After locating "f 210 20 212" in the listing below, copy that line and each one after it exactly, ending with the line that has "f 212 31 214".

········

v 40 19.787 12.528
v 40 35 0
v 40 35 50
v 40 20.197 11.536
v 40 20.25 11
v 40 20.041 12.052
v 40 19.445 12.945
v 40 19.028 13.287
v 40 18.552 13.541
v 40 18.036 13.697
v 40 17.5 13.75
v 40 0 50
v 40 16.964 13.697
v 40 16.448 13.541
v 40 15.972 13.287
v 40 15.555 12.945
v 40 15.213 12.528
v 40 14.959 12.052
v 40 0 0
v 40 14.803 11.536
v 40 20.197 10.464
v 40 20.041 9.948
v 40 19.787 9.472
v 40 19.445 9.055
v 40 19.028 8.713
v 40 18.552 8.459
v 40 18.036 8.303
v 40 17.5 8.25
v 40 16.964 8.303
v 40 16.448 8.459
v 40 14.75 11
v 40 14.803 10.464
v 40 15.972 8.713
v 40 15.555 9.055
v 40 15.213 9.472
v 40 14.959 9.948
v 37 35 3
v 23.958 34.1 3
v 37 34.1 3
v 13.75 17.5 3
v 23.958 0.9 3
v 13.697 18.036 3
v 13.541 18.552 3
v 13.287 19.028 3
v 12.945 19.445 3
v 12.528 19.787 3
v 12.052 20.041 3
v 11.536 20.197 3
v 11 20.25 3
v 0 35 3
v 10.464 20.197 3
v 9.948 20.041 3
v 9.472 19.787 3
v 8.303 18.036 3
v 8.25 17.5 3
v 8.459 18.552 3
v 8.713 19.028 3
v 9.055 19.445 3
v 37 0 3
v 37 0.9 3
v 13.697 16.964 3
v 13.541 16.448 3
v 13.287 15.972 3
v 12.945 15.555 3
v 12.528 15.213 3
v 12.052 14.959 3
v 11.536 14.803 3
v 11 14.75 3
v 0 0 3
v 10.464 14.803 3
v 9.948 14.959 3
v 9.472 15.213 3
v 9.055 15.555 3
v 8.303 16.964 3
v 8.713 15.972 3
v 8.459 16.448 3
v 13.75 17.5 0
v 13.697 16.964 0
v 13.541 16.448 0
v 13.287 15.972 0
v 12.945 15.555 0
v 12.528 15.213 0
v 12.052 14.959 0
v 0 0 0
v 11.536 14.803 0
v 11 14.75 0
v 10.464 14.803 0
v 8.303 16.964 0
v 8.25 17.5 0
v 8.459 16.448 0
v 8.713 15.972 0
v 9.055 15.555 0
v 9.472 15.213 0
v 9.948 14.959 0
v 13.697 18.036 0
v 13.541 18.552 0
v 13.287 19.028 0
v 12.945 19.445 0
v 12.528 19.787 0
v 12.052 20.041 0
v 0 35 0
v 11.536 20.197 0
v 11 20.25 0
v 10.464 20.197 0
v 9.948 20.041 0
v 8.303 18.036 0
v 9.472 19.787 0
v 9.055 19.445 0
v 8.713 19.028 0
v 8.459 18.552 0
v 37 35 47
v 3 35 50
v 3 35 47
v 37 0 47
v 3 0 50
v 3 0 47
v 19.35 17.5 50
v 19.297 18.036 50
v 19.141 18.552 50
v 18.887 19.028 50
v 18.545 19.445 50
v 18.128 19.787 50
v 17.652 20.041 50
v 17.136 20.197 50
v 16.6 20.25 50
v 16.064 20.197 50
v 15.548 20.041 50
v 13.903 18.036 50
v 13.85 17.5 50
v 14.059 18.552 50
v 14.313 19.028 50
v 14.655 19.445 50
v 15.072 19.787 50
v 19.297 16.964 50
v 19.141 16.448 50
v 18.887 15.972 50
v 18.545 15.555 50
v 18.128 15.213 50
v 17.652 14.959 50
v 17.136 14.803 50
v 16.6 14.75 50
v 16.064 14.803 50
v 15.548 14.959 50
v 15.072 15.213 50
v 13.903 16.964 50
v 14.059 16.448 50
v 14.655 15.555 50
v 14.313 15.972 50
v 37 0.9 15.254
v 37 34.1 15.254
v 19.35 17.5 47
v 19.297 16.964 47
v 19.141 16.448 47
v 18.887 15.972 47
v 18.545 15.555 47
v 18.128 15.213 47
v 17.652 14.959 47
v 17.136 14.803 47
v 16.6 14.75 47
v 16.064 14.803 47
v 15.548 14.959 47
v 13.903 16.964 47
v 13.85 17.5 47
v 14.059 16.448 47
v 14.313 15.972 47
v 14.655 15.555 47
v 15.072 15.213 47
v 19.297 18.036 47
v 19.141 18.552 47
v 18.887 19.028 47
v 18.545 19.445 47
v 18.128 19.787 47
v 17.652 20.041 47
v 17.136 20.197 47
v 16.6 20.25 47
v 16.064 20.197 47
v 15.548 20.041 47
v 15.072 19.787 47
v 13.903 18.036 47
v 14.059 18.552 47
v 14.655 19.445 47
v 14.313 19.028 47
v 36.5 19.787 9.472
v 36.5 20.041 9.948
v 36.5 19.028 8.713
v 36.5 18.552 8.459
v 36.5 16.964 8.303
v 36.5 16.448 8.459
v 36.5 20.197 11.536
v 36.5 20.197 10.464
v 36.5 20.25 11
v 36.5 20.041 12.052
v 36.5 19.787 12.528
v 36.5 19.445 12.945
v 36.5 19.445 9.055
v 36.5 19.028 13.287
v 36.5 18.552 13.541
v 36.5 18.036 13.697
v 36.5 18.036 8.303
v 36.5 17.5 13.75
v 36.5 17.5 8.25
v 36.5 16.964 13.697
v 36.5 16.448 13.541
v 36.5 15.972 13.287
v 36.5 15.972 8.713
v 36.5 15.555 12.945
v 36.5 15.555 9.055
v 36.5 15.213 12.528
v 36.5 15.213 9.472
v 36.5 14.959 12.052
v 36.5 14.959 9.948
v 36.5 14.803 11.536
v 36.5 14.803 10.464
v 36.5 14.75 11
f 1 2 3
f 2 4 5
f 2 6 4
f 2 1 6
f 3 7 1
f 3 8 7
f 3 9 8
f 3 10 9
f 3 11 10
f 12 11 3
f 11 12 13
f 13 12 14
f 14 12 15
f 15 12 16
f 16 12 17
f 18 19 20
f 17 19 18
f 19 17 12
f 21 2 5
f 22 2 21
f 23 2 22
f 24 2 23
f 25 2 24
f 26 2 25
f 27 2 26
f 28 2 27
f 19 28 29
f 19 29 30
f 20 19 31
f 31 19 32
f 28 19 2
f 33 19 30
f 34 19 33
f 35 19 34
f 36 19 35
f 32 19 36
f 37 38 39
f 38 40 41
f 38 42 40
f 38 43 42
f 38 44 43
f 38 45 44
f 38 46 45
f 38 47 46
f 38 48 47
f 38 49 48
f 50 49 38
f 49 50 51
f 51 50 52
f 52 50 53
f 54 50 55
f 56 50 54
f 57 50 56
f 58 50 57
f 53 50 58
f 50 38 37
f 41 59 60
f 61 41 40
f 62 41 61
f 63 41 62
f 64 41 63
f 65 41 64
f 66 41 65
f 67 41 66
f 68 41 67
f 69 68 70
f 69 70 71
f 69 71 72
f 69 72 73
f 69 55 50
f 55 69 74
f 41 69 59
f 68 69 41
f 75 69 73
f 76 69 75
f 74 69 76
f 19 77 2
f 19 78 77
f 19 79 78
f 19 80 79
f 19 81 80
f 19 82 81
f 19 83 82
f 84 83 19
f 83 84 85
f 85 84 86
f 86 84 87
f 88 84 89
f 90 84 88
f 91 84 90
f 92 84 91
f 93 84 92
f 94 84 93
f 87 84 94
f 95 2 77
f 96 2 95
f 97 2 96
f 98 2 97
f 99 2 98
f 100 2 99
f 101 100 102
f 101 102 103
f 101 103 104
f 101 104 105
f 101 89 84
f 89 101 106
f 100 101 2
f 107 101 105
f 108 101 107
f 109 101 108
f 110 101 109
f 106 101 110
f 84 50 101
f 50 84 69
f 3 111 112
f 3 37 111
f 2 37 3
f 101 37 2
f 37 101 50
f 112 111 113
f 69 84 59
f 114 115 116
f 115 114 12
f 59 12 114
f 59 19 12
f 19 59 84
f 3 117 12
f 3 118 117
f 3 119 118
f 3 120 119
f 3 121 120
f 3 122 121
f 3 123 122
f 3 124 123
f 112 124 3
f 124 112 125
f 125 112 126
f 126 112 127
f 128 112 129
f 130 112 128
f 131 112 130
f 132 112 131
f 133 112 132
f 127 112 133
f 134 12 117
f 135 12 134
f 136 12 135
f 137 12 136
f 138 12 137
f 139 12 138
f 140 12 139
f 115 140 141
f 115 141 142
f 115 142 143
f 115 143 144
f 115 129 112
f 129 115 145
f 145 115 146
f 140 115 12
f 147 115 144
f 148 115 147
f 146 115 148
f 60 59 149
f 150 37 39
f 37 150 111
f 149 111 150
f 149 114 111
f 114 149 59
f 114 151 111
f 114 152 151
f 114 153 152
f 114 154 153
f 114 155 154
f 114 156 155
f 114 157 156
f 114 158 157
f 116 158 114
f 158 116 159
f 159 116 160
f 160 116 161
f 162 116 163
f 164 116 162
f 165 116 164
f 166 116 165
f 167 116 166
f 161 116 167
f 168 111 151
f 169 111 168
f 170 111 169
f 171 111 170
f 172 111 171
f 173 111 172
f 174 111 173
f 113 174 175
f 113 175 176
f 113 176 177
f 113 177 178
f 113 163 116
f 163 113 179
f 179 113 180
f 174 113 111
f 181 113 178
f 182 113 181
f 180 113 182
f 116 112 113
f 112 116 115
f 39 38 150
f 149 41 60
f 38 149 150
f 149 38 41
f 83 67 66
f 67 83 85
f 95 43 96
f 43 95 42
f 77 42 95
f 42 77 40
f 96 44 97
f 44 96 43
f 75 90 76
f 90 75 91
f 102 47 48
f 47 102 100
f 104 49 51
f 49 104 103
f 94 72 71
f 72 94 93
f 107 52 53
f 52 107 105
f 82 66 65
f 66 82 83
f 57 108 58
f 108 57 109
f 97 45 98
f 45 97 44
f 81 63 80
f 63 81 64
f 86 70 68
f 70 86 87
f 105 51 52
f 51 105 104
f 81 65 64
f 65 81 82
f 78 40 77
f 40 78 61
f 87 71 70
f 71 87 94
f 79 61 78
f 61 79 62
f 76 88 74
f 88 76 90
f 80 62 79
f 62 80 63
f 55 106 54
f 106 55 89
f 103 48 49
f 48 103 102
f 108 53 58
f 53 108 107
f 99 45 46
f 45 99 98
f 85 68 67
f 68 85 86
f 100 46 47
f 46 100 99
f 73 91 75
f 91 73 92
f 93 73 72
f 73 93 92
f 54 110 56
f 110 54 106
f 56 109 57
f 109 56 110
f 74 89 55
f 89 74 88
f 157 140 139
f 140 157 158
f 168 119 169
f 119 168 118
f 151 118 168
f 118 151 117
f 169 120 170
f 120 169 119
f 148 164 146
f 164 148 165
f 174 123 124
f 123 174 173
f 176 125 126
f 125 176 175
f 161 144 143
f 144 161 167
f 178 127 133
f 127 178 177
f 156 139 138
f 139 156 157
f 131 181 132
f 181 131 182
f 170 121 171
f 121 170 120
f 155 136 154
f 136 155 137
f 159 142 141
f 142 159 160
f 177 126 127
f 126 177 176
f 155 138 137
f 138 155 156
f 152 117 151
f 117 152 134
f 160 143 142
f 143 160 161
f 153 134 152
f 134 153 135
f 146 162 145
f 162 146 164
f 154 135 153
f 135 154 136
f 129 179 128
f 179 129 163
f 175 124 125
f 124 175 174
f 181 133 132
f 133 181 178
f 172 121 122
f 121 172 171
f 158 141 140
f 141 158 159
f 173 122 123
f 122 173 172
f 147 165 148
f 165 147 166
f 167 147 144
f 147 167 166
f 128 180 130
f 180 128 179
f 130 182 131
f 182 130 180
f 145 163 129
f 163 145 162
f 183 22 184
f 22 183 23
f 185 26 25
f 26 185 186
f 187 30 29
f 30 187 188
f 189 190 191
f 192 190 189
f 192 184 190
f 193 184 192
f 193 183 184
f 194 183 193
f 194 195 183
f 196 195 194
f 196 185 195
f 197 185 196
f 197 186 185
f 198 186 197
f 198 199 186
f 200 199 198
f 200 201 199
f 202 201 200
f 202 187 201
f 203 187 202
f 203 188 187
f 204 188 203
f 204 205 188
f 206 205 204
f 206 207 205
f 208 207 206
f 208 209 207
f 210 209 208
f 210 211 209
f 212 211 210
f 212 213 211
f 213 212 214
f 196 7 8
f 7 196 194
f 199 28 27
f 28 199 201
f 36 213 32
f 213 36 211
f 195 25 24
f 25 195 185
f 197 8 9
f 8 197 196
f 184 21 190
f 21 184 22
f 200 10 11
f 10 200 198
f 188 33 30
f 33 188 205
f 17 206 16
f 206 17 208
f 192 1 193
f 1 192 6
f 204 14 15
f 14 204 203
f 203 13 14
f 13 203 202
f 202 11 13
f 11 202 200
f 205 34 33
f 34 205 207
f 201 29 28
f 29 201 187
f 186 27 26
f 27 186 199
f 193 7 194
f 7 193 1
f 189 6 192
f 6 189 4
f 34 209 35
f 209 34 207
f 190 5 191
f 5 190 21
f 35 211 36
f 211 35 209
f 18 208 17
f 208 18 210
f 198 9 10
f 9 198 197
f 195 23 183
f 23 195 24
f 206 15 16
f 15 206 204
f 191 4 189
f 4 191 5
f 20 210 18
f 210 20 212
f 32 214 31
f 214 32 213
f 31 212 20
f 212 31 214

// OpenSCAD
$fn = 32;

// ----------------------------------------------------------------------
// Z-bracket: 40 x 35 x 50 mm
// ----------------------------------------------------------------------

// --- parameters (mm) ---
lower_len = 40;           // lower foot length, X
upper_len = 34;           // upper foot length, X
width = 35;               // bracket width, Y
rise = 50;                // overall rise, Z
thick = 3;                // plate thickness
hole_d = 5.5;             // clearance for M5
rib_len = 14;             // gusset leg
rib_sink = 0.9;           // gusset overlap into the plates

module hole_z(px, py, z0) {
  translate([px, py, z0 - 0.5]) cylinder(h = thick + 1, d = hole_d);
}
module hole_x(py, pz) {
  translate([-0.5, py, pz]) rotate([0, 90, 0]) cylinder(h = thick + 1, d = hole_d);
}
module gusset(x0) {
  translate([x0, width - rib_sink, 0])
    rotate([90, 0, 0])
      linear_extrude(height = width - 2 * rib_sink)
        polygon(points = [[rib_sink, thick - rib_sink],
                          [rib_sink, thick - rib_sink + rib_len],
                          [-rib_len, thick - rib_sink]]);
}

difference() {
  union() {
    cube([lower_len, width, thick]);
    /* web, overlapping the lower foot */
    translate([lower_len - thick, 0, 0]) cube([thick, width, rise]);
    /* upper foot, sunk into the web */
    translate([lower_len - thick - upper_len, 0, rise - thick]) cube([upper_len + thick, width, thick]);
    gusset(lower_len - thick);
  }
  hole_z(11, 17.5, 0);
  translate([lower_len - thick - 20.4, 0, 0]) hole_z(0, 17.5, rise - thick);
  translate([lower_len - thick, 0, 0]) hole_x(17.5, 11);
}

········

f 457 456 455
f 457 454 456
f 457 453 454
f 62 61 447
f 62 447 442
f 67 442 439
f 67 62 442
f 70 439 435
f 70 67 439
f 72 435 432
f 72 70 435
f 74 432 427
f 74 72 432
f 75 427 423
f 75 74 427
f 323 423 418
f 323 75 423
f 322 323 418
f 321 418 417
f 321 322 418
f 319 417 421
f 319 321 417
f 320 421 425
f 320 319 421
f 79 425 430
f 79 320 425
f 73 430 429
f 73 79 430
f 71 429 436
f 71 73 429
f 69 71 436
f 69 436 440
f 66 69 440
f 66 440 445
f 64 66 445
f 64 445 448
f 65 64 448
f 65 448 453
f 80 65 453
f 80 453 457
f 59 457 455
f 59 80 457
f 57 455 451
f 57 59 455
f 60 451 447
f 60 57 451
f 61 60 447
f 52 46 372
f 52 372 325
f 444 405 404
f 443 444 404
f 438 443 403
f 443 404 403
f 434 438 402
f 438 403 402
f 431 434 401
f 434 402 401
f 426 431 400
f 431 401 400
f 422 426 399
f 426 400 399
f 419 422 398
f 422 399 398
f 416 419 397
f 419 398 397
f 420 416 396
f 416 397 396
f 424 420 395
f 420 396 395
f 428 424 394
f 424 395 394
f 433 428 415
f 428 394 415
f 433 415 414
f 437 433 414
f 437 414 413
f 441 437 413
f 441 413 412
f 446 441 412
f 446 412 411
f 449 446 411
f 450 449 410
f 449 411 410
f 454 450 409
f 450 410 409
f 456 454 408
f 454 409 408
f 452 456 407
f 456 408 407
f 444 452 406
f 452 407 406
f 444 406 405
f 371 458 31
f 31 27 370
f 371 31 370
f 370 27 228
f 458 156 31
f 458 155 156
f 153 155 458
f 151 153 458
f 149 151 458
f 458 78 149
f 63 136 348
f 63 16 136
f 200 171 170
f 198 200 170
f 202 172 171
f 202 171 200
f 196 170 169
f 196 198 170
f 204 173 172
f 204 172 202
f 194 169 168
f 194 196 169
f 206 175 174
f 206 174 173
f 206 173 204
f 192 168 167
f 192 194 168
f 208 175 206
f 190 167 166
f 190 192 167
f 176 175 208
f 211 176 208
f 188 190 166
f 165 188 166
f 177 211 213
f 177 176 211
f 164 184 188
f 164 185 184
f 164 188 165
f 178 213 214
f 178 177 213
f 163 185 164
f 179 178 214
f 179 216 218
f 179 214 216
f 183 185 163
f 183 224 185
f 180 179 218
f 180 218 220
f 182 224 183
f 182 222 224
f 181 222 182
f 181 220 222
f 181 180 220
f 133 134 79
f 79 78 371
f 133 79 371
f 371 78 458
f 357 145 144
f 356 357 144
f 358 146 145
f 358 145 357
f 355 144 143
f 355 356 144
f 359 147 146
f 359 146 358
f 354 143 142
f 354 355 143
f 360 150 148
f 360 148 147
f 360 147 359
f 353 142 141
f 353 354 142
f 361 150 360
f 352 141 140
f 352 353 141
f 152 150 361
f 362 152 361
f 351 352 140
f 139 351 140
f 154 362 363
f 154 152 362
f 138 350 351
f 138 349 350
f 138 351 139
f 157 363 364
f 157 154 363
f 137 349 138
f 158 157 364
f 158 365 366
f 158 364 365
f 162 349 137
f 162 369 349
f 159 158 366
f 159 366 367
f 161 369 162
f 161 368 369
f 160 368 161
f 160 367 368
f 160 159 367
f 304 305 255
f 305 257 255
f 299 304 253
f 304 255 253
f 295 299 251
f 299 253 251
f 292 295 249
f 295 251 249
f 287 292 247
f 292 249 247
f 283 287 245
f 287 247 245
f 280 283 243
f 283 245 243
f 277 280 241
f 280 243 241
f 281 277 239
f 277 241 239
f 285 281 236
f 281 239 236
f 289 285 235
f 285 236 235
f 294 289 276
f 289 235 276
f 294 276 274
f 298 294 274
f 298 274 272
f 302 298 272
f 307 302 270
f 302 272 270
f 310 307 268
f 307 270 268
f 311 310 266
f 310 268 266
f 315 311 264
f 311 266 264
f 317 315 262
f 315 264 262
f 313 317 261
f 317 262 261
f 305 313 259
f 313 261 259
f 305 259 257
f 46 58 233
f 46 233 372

········

[Result of the task]:
f 210 20 212
f 32 214 31
f 214 32 213
f 31 212 20
f 212 31 214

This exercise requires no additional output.